**Your instructions**
In the listing below, the lines starting with the line with "#156=LINE('',#54,#106);" and going on through the line with "#189=EDGE_CURVE('',#175,#112,#188,.T.);" are to be reproduced exactly, and only those.

---------------

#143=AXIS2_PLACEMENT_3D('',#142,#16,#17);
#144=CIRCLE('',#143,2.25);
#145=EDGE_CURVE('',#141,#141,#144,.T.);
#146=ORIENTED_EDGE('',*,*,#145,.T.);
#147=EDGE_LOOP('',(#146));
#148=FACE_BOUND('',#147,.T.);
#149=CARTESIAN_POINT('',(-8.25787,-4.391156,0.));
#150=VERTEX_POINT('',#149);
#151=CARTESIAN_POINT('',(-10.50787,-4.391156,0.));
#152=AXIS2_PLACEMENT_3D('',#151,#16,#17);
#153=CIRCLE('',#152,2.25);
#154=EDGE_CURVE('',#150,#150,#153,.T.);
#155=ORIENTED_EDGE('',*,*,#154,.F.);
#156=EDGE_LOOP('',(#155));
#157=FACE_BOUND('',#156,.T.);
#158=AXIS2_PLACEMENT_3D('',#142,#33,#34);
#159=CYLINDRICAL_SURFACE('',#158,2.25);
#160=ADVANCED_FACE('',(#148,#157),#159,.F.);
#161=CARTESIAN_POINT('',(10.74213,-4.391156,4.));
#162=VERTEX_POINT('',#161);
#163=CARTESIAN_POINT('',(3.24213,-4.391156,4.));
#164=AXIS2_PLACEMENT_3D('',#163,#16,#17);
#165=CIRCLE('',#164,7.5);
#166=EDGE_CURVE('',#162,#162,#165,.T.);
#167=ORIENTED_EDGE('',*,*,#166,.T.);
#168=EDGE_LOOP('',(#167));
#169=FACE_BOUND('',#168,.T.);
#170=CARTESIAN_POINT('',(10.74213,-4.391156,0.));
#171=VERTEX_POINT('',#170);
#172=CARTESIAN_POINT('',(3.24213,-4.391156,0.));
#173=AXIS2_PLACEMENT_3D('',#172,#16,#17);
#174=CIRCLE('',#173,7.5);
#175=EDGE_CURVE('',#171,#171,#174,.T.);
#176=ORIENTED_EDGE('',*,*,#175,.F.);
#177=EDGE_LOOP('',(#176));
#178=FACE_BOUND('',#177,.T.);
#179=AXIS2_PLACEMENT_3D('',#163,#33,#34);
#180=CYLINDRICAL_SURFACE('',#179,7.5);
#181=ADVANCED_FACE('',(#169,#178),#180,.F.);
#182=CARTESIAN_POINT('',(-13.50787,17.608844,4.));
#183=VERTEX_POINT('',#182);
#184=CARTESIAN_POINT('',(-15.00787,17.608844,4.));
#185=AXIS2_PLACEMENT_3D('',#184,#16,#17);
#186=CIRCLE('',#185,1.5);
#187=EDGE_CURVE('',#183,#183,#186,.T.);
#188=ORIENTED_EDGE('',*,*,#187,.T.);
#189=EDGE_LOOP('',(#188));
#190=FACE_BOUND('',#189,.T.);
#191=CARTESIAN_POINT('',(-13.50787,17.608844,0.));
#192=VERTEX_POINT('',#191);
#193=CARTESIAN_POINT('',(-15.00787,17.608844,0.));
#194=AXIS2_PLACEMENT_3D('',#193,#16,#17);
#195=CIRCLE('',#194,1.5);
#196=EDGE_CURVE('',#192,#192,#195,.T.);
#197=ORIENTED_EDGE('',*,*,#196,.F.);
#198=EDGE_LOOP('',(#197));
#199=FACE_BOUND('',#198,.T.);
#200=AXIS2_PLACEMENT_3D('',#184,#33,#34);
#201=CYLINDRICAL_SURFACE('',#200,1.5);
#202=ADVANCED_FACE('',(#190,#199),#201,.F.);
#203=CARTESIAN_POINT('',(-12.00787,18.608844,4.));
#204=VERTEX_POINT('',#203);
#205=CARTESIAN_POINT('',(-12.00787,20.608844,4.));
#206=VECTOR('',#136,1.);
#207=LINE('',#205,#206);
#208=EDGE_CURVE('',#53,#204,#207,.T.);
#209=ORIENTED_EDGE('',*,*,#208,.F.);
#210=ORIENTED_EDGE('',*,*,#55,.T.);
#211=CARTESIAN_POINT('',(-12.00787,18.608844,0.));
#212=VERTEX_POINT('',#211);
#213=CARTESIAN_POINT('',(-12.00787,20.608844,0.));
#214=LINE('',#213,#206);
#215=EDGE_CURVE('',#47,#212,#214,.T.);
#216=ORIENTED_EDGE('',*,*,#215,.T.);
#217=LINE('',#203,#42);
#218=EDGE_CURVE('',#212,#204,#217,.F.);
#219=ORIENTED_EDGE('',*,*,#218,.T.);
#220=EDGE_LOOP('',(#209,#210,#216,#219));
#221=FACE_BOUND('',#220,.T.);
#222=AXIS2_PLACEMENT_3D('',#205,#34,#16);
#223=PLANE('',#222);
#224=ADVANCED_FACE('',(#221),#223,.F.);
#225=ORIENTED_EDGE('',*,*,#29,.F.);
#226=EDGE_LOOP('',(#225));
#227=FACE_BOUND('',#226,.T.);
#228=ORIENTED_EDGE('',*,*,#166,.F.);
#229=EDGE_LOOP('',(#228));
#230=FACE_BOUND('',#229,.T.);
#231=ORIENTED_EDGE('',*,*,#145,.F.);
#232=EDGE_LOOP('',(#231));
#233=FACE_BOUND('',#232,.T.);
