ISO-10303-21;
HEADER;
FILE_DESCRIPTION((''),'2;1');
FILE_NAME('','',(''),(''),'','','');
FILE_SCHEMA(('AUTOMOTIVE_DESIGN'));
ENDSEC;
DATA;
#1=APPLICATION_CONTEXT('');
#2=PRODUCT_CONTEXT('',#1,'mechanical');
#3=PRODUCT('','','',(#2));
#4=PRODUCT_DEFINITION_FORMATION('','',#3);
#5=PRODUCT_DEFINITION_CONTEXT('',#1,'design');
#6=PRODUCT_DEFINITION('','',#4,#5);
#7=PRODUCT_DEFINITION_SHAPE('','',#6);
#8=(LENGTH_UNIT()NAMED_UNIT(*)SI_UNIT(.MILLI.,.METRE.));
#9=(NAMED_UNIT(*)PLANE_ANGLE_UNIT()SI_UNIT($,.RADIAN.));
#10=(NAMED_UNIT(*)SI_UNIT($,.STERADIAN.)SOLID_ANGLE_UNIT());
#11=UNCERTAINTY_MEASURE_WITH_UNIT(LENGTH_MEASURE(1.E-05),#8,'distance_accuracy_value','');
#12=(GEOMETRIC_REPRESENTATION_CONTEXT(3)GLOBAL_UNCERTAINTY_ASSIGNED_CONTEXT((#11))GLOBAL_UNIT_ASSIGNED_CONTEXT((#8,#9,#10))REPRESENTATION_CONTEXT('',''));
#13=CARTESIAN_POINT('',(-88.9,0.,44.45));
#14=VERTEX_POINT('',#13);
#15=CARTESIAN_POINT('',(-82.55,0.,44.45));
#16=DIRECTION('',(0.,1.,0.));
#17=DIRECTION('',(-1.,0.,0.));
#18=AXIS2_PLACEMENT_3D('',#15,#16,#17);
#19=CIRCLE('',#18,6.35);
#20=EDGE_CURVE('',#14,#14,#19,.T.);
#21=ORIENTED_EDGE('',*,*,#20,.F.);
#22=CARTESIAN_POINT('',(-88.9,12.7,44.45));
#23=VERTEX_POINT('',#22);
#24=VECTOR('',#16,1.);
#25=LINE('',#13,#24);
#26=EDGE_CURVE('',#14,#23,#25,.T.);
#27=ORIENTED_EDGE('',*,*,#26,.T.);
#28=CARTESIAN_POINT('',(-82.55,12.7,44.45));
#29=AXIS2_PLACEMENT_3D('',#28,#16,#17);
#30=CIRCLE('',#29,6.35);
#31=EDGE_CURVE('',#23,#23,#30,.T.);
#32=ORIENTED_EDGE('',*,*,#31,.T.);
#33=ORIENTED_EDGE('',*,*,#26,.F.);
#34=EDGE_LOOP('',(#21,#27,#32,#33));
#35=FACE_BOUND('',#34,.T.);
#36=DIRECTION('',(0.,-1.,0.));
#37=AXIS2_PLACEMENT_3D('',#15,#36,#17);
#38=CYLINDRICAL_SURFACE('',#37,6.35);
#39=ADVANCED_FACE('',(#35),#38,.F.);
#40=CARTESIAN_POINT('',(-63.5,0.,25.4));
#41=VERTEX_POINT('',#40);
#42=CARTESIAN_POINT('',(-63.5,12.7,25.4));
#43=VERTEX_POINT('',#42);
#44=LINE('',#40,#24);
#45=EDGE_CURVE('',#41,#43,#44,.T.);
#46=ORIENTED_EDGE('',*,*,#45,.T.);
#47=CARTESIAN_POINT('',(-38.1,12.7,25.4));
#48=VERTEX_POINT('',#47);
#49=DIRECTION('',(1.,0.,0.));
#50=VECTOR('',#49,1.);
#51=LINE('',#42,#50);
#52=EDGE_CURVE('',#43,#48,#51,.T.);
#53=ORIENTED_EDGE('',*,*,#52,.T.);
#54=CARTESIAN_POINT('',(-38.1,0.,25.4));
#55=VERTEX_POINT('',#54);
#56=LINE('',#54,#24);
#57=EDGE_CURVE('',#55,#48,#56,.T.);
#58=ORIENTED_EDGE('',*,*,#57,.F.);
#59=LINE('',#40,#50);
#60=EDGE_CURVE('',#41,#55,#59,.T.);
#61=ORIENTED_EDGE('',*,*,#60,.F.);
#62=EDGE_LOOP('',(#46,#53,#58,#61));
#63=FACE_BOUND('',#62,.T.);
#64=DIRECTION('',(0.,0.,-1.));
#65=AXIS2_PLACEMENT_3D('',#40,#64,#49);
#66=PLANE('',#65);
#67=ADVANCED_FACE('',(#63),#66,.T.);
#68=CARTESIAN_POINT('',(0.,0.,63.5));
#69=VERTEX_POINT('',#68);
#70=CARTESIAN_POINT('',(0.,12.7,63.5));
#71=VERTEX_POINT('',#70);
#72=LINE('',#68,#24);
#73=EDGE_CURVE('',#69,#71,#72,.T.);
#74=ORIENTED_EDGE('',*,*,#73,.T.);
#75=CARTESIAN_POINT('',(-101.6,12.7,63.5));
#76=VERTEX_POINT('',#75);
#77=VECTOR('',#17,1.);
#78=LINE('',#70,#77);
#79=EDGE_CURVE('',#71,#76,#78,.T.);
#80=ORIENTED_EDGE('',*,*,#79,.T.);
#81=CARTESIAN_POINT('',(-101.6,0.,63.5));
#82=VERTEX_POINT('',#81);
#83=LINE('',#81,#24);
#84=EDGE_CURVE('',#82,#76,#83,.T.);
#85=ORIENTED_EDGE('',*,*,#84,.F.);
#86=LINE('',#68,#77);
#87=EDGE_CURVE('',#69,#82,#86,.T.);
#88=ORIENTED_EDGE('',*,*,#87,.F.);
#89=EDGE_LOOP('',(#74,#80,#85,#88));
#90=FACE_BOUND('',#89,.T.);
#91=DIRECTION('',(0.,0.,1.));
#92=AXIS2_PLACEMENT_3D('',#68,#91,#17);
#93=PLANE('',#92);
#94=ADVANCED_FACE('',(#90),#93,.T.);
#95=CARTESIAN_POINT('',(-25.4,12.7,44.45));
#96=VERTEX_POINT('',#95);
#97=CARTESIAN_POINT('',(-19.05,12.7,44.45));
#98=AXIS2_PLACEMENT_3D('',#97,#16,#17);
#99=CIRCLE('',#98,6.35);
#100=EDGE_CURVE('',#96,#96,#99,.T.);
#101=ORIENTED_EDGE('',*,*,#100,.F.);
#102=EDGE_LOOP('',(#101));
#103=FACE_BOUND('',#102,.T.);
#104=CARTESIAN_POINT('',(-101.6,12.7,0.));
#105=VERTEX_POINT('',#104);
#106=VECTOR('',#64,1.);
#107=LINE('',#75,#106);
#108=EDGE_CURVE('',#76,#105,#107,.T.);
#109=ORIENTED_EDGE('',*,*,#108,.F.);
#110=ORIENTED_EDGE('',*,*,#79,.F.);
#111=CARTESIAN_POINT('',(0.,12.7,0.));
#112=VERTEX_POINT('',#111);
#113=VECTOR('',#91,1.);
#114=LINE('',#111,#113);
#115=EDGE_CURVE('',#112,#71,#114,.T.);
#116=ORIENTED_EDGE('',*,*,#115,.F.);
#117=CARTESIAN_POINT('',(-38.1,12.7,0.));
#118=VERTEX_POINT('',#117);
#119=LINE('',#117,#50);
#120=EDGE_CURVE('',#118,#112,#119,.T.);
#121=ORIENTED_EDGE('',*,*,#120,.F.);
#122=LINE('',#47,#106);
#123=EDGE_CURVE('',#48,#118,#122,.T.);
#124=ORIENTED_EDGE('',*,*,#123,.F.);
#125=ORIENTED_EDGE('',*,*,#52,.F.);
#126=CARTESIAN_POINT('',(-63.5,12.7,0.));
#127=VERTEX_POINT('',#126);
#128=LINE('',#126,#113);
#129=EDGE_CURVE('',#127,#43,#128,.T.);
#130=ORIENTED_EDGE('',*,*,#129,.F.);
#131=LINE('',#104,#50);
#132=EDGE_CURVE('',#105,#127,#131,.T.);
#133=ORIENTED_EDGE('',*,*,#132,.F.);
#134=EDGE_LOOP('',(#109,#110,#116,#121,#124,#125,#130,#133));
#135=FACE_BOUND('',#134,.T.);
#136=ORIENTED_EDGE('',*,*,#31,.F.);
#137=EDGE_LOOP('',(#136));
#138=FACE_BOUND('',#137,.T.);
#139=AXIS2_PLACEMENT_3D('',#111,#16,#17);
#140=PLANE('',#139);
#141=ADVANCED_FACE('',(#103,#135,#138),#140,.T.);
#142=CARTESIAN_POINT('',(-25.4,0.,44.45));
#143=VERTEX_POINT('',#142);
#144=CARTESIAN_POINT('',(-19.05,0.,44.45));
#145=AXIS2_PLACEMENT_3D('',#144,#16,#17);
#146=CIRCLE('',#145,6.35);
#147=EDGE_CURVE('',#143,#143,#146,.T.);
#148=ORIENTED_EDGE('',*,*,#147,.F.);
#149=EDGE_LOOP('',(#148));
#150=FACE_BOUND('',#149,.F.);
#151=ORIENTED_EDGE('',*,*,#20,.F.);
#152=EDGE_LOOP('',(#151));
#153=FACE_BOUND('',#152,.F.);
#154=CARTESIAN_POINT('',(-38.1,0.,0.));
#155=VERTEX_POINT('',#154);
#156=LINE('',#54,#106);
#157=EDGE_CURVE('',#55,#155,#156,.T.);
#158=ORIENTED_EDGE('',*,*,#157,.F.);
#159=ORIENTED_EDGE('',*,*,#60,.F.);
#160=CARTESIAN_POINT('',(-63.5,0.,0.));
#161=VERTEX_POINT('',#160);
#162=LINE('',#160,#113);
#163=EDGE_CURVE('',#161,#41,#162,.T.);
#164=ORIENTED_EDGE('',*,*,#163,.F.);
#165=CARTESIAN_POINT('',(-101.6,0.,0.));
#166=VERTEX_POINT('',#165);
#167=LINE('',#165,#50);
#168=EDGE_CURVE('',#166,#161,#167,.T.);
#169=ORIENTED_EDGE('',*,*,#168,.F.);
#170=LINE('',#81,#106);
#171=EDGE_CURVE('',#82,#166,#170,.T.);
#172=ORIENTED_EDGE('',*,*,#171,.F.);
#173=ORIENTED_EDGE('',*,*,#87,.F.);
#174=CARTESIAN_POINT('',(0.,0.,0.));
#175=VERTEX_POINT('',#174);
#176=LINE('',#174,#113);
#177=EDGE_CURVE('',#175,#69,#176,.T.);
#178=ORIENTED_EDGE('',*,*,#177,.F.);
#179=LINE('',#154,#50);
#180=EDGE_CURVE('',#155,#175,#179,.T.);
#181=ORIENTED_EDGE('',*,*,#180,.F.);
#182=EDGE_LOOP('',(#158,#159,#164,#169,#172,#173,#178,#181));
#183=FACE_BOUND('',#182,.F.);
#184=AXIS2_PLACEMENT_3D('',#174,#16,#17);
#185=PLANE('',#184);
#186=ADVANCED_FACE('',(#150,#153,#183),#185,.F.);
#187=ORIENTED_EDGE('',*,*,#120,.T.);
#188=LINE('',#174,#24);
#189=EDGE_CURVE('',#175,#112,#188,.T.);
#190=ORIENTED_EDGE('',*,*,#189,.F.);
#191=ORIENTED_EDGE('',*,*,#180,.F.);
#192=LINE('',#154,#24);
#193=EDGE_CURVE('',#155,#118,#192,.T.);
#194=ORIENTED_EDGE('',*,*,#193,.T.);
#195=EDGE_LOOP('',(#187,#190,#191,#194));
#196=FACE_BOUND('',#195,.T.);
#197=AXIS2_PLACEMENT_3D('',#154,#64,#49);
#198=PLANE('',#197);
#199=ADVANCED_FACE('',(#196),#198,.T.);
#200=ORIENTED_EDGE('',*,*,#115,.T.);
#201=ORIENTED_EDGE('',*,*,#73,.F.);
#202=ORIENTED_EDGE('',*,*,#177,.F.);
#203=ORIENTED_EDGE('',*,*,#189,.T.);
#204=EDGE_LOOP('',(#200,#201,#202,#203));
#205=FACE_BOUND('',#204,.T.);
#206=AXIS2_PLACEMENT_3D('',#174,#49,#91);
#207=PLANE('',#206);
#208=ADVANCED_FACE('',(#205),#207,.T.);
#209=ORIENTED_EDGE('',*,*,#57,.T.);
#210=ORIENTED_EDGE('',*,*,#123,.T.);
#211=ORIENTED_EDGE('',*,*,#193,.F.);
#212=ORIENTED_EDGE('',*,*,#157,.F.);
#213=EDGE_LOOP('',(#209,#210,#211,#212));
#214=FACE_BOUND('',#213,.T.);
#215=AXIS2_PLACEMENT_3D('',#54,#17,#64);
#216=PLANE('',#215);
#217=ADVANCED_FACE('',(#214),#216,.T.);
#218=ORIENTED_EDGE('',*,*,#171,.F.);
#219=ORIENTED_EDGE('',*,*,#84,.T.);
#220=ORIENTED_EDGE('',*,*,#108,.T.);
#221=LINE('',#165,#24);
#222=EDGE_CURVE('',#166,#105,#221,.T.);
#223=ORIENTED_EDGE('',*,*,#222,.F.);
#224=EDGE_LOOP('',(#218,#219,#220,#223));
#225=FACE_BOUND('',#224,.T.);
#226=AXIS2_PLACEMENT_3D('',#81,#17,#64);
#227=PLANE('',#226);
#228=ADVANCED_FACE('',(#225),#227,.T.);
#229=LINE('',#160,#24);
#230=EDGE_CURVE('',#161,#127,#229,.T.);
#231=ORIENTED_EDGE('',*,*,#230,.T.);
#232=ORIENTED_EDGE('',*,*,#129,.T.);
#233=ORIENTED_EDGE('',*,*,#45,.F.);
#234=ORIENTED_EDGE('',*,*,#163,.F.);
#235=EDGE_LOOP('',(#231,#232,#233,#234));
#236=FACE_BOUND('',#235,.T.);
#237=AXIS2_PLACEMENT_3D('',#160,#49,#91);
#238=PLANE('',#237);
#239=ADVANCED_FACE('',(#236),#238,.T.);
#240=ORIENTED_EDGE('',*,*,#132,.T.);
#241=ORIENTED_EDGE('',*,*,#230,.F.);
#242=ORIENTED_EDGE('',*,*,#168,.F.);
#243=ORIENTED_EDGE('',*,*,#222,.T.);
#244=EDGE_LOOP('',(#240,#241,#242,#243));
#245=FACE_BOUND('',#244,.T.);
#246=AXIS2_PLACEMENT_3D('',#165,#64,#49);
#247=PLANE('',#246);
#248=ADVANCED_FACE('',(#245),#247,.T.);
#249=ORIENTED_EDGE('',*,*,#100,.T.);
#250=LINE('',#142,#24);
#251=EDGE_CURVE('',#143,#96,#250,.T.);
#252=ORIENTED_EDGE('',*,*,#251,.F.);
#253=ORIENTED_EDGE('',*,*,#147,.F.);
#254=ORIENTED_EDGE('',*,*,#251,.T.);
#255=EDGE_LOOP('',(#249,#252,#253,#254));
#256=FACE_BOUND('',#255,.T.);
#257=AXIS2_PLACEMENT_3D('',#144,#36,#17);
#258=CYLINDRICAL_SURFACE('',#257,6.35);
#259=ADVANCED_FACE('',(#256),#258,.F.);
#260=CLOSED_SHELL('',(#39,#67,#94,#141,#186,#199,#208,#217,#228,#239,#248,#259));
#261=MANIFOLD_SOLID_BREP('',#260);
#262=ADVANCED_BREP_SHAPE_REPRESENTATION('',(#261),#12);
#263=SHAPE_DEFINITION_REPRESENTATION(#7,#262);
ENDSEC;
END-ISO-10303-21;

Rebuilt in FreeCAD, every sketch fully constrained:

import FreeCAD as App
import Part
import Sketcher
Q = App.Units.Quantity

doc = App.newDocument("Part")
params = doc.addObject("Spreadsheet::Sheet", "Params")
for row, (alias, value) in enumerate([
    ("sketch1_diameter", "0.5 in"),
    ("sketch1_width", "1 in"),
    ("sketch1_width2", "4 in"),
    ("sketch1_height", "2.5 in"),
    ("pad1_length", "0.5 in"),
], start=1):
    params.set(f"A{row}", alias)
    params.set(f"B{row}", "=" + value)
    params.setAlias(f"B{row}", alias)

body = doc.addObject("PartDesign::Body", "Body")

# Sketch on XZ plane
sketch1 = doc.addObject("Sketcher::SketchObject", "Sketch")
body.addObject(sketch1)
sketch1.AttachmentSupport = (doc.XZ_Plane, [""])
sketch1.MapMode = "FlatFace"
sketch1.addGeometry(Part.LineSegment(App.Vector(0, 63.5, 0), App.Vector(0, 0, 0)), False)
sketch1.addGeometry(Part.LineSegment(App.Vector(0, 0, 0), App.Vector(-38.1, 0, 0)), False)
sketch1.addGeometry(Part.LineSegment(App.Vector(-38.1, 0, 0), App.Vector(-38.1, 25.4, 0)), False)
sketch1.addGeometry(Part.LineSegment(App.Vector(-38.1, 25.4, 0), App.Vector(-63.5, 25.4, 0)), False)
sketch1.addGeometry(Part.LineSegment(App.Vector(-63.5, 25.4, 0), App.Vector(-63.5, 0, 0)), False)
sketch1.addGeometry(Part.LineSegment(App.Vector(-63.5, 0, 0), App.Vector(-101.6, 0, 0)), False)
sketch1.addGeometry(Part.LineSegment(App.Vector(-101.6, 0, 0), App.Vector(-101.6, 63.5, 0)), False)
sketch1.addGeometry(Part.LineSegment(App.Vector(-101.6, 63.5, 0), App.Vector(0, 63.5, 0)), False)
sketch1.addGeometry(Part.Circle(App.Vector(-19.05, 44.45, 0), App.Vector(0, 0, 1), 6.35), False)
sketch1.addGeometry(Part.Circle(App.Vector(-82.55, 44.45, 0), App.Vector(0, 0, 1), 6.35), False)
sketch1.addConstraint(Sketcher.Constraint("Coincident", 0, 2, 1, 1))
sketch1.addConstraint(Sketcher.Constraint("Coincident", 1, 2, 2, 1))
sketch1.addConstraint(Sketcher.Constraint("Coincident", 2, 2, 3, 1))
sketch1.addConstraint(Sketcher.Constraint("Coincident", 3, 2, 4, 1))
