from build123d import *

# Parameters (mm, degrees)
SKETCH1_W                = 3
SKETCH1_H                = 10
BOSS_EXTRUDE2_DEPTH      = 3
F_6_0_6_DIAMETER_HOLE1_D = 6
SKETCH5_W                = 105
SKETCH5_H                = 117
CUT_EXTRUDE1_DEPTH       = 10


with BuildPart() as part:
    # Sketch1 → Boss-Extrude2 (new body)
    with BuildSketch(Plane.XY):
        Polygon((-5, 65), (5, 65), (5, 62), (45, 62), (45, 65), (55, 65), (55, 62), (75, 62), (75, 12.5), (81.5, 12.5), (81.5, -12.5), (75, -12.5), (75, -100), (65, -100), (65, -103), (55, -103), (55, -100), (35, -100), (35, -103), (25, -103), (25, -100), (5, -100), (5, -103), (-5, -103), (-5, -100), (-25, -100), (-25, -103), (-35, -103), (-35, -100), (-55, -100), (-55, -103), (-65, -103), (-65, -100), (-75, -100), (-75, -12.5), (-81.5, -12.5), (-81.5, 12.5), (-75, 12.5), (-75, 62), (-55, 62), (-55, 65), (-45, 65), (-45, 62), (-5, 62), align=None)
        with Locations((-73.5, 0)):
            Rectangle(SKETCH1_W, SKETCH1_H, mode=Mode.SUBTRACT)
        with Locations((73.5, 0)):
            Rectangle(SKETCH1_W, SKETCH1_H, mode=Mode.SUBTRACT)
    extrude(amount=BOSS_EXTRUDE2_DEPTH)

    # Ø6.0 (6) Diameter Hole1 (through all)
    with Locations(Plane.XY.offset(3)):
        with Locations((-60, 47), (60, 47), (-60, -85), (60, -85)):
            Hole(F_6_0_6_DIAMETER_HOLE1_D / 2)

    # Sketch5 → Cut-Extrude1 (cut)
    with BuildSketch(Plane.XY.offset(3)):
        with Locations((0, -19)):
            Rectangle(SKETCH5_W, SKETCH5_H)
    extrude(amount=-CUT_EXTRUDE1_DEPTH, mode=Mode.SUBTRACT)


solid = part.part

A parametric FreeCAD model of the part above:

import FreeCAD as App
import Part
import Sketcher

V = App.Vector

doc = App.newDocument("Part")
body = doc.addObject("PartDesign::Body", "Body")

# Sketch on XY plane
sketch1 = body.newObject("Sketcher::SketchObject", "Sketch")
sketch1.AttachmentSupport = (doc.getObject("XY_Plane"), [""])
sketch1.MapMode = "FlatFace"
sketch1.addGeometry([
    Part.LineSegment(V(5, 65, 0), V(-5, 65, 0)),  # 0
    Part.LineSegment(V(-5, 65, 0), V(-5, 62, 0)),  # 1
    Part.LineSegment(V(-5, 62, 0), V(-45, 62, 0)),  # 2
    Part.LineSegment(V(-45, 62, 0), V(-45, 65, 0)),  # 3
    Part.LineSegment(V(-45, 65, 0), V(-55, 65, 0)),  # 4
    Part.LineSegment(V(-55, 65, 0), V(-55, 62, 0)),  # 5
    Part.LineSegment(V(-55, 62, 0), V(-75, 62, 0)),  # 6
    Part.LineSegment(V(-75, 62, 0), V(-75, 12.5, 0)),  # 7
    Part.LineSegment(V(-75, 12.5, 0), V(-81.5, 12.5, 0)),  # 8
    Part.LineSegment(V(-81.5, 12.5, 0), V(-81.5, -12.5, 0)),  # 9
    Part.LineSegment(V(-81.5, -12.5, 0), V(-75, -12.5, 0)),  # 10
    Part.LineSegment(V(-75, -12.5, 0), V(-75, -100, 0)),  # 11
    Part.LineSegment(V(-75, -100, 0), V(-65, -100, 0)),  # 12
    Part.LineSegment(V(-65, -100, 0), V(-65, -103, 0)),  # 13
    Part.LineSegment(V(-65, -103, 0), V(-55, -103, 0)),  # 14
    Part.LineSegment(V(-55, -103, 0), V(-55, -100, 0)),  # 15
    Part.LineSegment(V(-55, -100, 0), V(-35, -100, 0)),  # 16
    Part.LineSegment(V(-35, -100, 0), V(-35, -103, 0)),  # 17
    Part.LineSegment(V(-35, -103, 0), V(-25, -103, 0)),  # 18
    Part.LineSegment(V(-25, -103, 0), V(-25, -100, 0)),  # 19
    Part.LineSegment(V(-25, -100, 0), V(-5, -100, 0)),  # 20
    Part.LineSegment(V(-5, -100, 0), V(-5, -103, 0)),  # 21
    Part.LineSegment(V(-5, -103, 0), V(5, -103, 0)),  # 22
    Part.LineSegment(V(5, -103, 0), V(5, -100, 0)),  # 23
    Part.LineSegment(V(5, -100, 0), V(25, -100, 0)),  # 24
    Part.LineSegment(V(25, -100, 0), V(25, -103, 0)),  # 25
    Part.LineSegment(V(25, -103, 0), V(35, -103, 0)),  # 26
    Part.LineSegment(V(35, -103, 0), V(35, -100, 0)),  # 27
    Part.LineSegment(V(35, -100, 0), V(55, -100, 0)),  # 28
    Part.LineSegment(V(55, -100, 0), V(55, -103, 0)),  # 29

---------------

**Result of this exercise**
#156=LINE('',#54,#106);
#157=EDGE_CURVE('',#55,#155,#156,.T.);
#158=ORIENTED_EDGE('',*,*,#157,.F.);
#159=ORIENTED_EDGE('',*,*,#60,.F.);
#160=CARTESIAN_POINT('',(-63.5,0.,0.));
#161=VERTEX_POINT('',#160);
#162=LINE('',#160,#113);
#163=EDGE_CURVE('',#161,#41,#162,.T.);
#164=ORIENTED_EDGE('',*,*,#163,.F.);
#165=CARTESIAN_POINT('',(-101.6,0.,0.));
#166=VERTEX_POINT('',#165);
#167=LINE('',#165,#50);
#168=EDGE_CURVE('',#166,#161,#167,.T.);
#169=ORIENTED_EDGE('',*,*,#168,.F.);
#170=LINE('',#81,#106);
#171=EDGE_CURVE('',#82,#166,#170,.T.);
#172=ORIENTED_EDGE('',*,*,#171,.F.);
#173=ORIENTED_EDGE('',*,*,#87,.F.);
#174=CARTESIAN_POINT('',(0.,0.,0.));
#175=VERTEX_POINT('',#174);
#176=LINE('',#174,#113);
#177=EDGE_CURVE('',#175,#69,#176,.T.);
#178=ORIENTED_EDGE('',*,*,#177,.F.);
#179=LINE('',#154,#50);
#180=EDGE_CURVE('',#155,#175,#179,.T.);
#181=ORIENTED_EDGE('',*,*,#180,.F.);
#182=EDGE_LOOP('',(#158,#159,#164,#169,#172,#173,#178,#181));
#183=FACE_BOUND('',#182,.F.);
#184=AXIS2_PLACEMENT_3D('',#174,#16,#17);
#185=PLANE('',#184);
#186=ADVANCED_FACE('',(#150,#153,#183),#185,.F.);
#187=ORIENTED_EDGE('',*,*,#120,.T.);
#188=LINE('',#174,#24);
#189=EDGE_CURVE('',#175,#112,#188,.T.);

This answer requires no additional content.